===== INFORMATION PROVIDED =====

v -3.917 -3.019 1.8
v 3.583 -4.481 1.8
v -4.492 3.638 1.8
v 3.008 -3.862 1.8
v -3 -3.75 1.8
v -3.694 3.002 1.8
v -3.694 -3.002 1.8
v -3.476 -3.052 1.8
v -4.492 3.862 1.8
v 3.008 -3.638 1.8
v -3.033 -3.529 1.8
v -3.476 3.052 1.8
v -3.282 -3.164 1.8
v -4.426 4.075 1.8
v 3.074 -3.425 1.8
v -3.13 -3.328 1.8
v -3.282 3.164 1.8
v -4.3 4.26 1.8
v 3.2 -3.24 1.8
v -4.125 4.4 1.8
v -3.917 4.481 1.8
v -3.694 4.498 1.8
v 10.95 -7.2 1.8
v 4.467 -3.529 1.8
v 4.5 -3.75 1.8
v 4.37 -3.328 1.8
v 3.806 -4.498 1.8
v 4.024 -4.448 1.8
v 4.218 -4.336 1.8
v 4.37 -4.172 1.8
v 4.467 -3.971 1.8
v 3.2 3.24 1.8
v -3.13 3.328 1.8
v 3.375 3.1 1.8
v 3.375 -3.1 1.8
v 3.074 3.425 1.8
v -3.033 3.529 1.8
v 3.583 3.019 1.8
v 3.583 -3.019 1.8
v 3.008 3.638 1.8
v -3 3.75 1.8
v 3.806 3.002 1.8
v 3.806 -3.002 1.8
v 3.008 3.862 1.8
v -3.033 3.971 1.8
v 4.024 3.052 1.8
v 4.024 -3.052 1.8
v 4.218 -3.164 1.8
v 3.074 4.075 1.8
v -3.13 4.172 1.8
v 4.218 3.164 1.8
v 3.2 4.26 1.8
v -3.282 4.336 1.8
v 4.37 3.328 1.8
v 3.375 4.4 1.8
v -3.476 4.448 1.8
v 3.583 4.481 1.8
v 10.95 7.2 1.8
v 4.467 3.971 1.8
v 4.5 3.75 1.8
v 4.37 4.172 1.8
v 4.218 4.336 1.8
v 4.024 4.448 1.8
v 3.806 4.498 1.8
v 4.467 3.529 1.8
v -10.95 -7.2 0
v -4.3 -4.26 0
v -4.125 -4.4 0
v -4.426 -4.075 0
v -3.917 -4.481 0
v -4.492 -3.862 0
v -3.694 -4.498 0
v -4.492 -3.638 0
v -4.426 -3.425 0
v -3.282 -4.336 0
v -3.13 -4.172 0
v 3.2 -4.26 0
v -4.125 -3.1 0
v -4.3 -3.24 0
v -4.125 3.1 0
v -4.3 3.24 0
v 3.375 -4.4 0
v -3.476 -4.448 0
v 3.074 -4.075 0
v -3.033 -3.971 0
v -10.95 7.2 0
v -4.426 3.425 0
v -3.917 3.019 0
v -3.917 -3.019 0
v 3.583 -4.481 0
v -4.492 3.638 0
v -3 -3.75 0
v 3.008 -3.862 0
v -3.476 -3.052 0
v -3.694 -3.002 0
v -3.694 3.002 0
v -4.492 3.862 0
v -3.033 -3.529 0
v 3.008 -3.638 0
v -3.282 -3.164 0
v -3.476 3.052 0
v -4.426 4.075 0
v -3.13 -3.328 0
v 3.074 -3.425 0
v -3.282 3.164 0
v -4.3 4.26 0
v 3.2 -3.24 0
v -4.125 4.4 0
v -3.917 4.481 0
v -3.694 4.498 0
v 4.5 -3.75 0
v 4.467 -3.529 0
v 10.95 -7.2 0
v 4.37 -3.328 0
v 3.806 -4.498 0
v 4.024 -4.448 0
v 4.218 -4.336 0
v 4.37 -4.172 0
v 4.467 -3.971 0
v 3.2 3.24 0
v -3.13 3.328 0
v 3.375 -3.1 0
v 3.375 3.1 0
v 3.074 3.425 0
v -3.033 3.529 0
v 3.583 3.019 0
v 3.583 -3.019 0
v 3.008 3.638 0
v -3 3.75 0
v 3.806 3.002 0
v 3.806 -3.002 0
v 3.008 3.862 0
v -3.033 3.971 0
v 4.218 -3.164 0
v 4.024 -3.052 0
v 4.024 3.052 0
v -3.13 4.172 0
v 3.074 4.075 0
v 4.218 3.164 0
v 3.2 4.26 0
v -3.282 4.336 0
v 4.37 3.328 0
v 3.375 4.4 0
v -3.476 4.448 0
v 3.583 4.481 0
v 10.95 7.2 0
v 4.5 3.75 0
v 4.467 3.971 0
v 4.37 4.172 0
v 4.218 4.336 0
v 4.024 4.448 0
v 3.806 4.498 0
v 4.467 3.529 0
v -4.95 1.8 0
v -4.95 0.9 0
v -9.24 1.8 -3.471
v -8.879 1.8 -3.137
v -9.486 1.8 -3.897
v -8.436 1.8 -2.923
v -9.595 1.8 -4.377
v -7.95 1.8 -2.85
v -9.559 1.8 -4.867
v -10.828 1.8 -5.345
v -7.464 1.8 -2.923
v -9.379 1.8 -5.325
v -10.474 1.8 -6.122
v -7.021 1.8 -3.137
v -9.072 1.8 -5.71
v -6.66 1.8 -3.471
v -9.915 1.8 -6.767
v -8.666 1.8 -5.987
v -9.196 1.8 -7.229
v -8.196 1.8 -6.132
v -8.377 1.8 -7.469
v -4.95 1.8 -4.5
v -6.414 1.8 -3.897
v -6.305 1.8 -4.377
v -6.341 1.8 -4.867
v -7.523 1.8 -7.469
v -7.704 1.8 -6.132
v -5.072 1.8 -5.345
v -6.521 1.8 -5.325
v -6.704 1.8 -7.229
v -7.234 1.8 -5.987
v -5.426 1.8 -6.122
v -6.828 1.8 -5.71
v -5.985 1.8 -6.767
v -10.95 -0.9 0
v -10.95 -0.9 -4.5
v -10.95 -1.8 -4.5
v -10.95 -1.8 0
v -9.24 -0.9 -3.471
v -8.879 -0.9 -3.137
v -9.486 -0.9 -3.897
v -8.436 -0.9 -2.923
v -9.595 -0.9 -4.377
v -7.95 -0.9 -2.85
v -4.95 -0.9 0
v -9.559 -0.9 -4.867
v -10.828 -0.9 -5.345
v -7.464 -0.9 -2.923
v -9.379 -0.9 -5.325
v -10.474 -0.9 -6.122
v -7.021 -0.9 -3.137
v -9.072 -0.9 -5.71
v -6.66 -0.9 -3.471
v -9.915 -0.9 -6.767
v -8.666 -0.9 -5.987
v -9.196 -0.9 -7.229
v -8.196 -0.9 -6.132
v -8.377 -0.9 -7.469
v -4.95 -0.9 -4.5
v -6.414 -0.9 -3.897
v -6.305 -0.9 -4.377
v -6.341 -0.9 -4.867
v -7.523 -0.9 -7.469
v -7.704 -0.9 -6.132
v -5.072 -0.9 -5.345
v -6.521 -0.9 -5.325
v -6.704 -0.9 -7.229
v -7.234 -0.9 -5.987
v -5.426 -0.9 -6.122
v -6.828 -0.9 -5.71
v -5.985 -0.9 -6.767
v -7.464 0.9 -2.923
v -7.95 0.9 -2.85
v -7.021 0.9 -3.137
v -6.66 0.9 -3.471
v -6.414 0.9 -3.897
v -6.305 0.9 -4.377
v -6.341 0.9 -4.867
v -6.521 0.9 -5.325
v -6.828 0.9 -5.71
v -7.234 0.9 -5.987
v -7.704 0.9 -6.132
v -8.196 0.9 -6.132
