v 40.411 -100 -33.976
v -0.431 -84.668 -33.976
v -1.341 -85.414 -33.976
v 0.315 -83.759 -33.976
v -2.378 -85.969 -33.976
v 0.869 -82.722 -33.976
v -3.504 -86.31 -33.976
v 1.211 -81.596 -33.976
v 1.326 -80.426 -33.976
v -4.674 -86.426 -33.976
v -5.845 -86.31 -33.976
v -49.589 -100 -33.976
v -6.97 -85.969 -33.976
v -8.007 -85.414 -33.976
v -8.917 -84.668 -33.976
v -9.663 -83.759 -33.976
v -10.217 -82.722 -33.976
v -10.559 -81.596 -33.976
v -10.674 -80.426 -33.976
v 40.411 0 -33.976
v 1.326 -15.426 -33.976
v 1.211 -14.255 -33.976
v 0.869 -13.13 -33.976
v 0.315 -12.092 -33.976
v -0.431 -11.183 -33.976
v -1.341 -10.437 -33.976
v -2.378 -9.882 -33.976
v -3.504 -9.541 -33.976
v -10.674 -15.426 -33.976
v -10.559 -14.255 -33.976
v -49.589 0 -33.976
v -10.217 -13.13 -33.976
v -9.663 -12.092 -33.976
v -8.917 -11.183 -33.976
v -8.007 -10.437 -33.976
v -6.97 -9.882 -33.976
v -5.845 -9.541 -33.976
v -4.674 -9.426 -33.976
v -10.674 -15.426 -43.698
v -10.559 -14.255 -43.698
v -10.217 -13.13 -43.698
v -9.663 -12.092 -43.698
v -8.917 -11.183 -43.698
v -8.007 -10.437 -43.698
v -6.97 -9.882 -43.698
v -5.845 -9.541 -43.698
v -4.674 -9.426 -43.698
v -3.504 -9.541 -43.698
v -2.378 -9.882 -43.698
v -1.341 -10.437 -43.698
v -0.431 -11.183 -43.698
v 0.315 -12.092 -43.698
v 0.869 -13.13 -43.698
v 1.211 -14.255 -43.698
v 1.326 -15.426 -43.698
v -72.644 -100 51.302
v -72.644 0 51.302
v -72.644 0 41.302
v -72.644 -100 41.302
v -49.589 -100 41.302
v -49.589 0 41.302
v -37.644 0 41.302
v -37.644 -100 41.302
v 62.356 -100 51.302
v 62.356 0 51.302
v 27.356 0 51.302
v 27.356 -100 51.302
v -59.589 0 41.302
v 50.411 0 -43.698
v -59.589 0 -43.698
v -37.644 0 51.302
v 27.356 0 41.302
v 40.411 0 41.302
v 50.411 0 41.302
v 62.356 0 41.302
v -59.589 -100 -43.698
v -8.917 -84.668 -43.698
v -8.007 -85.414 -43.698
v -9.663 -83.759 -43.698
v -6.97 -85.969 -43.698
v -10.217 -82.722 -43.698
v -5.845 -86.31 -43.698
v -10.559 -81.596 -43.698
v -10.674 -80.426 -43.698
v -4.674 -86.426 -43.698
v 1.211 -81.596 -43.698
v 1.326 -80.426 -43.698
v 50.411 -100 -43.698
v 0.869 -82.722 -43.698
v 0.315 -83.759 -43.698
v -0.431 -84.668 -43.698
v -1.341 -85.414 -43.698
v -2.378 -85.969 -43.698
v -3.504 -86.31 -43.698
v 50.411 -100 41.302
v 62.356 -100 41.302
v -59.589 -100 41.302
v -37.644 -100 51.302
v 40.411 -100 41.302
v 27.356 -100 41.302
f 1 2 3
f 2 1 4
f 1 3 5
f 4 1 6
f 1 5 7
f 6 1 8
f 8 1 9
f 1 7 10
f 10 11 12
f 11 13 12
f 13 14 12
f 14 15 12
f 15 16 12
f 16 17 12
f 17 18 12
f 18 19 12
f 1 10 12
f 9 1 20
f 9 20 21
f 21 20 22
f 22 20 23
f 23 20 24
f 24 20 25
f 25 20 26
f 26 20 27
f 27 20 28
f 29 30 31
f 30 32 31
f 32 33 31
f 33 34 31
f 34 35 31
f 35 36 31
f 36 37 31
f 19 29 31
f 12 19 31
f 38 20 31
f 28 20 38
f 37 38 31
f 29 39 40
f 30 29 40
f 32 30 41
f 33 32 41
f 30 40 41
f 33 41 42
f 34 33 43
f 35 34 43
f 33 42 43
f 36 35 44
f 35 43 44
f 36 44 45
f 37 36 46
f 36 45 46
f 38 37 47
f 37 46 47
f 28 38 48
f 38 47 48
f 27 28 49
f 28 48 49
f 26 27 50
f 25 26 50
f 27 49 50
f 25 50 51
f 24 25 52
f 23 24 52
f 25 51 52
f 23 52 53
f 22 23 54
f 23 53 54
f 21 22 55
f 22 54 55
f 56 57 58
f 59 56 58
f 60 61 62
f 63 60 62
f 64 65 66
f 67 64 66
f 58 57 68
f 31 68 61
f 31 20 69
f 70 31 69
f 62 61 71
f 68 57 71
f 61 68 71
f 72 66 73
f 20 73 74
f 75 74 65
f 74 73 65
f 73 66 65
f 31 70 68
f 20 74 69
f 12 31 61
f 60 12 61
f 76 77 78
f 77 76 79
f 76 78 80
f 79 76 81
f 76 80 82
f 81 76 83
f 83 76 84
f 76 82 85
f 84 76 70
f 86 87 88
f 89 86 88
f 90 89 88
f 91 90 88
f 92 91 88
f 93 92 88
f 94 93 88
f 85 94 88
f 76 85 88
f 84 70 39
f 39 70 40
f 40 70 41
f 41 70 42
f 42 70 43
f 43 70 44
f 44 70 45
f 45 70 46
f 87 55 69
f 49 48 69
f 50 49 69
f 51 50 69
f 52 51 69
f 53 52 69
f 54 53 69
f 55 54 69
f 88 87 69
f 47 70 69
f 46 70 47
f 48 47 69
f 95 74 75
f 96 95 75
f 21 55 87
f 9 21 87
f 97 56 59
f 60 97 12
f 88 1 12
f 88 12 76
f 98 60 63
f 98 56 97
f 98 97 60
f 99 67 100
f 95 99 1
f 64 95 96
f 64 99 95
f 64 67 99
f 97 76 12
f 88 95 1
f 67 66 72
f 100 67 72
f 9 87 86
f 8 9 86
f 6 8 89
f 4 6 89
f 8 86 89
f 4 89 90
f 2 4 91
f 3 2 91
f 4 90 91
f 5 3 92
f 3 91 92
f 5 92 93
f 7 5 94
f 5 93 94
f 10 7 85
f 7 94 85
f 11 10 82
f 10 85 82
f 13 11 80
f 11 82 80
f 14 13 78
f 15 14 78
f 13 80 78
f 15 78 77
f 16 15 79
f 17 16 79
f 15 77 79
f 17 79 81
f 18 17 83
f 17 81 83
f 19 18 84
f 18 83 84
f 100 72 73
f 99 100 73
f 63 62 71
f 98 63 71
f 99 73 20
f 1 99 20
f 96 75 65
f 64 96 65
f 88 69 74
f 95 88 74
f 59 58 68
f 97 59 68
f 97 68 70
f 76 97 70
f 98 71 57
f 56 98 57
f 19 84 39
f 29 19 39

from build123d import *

# Parameters (mm, degrees)
F1_DEPTH = 100
F3_DEPTH = 29


with BuildPart() as f1:
    # F0 (on Front) → F1 (new body)
    with BuildSketch(Plane.XZ):
        Polygon((-59.58884, 51.302213), (-72.644392, 51.302213), (-72.644392, 41.302213), (-59.58884, 41.302213), (-59.58884, -33.975578), (-59.58884, -43.697798), (-49.58884, -43.697798), (40.41116, -43.697798), (50.41116, -43.697798), (50.41116, -33.975578), (50.41116, 41.302213), (62.355608, 41.302213), (62.355608, 51.302213), (50.41116, 51.302213), (40.41116, 51.302213), (27.355608, 51.302213), (27.355608, 41.302213), (40.41116, 41.302213), (40.41116, -33.975578), (-49.58884, -33.975578), (-49.58884, 41.302213), (-37.644392, 41.302213), (-37.644392, 51.302213), (-49.58884, 51.302213), align=None)
    extrude(amount=F1_DEPTH)

    # F2 (on face) → F3 (cut)
    with BuildSketch(Plane(origin=(0, 0, -43.697798), x_dir=(1, 0, 0), z_dir=(0, 0, -1))):
        with BuildLine():
            ThreePointArc((1.325937, 80.42562), (-4.674063, 86.42562), (-10.674063, 80.42562))
            Line((-10.674063, 80.42562), (-10.674063, 15.42562))
            ThreePointArc((-10.674063, 15.42562), (-4.674063, 9.42562), (1.325937, 15.42562))
            Line((1.325937, 15.42562), (1.325937, 80.42562))
        make_face()
    extrude(amount=-F3_DEPTH, mode=Mode.SUBTRACT)


solid = f1.part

=====

**REQUIRED ACTION:** Each line from the top of the listing down to and including the one containing "v 4.024 -4.448 0" should be transcribed exactly; nothing else is to be output.

**TASK OUTPUT:**
v -3.917 -3.019 1.8
v 3.583 -4.481 1.8
v -4.492 3.638 1.8
v 3.008 -3.862 1.8
v -3 -3.75 1.8
v -3.694 3.002 1.8
v -3.694 -3.002 1.8
v -3.476 -3.052 1.8
v -4.492 3.862 1.8
v 3.008 -3.638 1.8
v -3.033 -3.529 1.8
v -3.476 3.052 1.8
v -3.282 -3.164 1.8
v -4.426 4.075 1.8
v 3.074 -3.425 1.8
v -3.13 -3.328 1.8
v -3.282 3.164 1.8
v -4.3 4.26 1.8
v 3.2 -3.24 1.8
v -4.125 4.4 1.8
v -3.917 4.481 1.8
v -3.694 4.498 1.8
v 10.95 -7.2 1.8
v 4.467 -3.529 1.8
v 4.5 -3.75 1.8
v 4.37 -3.328 1.8
v 3.806 -4.498 1.8
v 4.024 -4.448 1.8
v 4.218 -4.336 1.8
v 4.37 -4.172 1.8
v 4.467 -3.971 1.8
v 3.2 3.24 1.8
v -3.13 3.328 1.8
v 3.375 3.1 1.8
v 3.375 -3.1 1.8
v 3.074 3.425 1.8
v -3.033 3.529 1.8
v 3.583 3.019 1.8
v 3.583 -3.019 1.8
v 3.008 3.638 1.8
v -3 3.75 1.8
v 3.806 3.002 1.8
v 3.806 -3.002 1.8
v 3.008 3.862 1.8
v -3.033 3.971 1.8
v 4.024 3.052 1.8
v 4.024 -3.052 1.8
v 4.218 -3.164 1.8
v 3.074 4.075 1.8
v -3.13 4.172 1.8
v 4.218 3.164 1.8
v 3.2 4.26 1.8
v -3.282 4.336 1.8
v 4.37 3.328 1.8
v 3.375 4.4 1.8
v -3.476 4.448 1.8
v 3.583 4.481 1.8
v 10.95 7.2 1.8
v 4.467 3.971 1.8
v 4.5 3.75 1.8
v 4.37 4.172 1.8
v 4.218 4.336 1.8
v 4.024 4.448 1.8
v 3.806 4.498 1.8
v 4.467 3.529 1.8
v -10.95 -7.2 0
v -4.3 -4.26 0
v -4.125 -4.4 0
v -4.426 -4.075 0
v -3.917 -4.481 0
v -4.492 -3.862 0
v -3.694 -4.498 0
v -4.492 -3.638 0
v -4.426 -3.425 0
v -3.282 -4.336 0
v -3.13 -4.172 0
v 3.2 -4.26 0
v -4.125 -3.1 0
v -4.3 -3.24 0
v -4.125 3.1 0
v -4.3 3.24 0
v 3.375 -4.4 0
v -3.476 -4.448 0
v 3.074 -4.075 0
v -3.033 -3.971 0
v -10.95 7.2 0
v -4.426 3.425 0
v -3.917 3.019 0
v -3.917 -3.019 0
v 3.583 -4.481 0
v -4.492 3.638 0
v -3 -3.75 0
v 3.008 -3.862 0
v -3.476 -3.052 0
v -3.694 -3.002 0
v -3.694 3.002 0
v -4.492 3.862 0
v -3.033 -3.529 0
v 3.008 -3.638 0
v -3.282 -3.164 0
v -3.476 3.052 0
v -4.426 4.075 0
v -3.13 -3.328 0
v 3.074 -3.425 0
v -3.282 3.164 0
v -4.3 4.26 0
v 3.2 -3.24 0
v -4.125 4.4 0
v -3.917 4.481 0
v -3.694 4.498 0
v 4.5 -3.75 0
v 4.467 -3.529 0
v 10.95 -7.2 0
v 4.37 -3.328 0
v 3.806 -4.498 0
v 4.024 -4.448 0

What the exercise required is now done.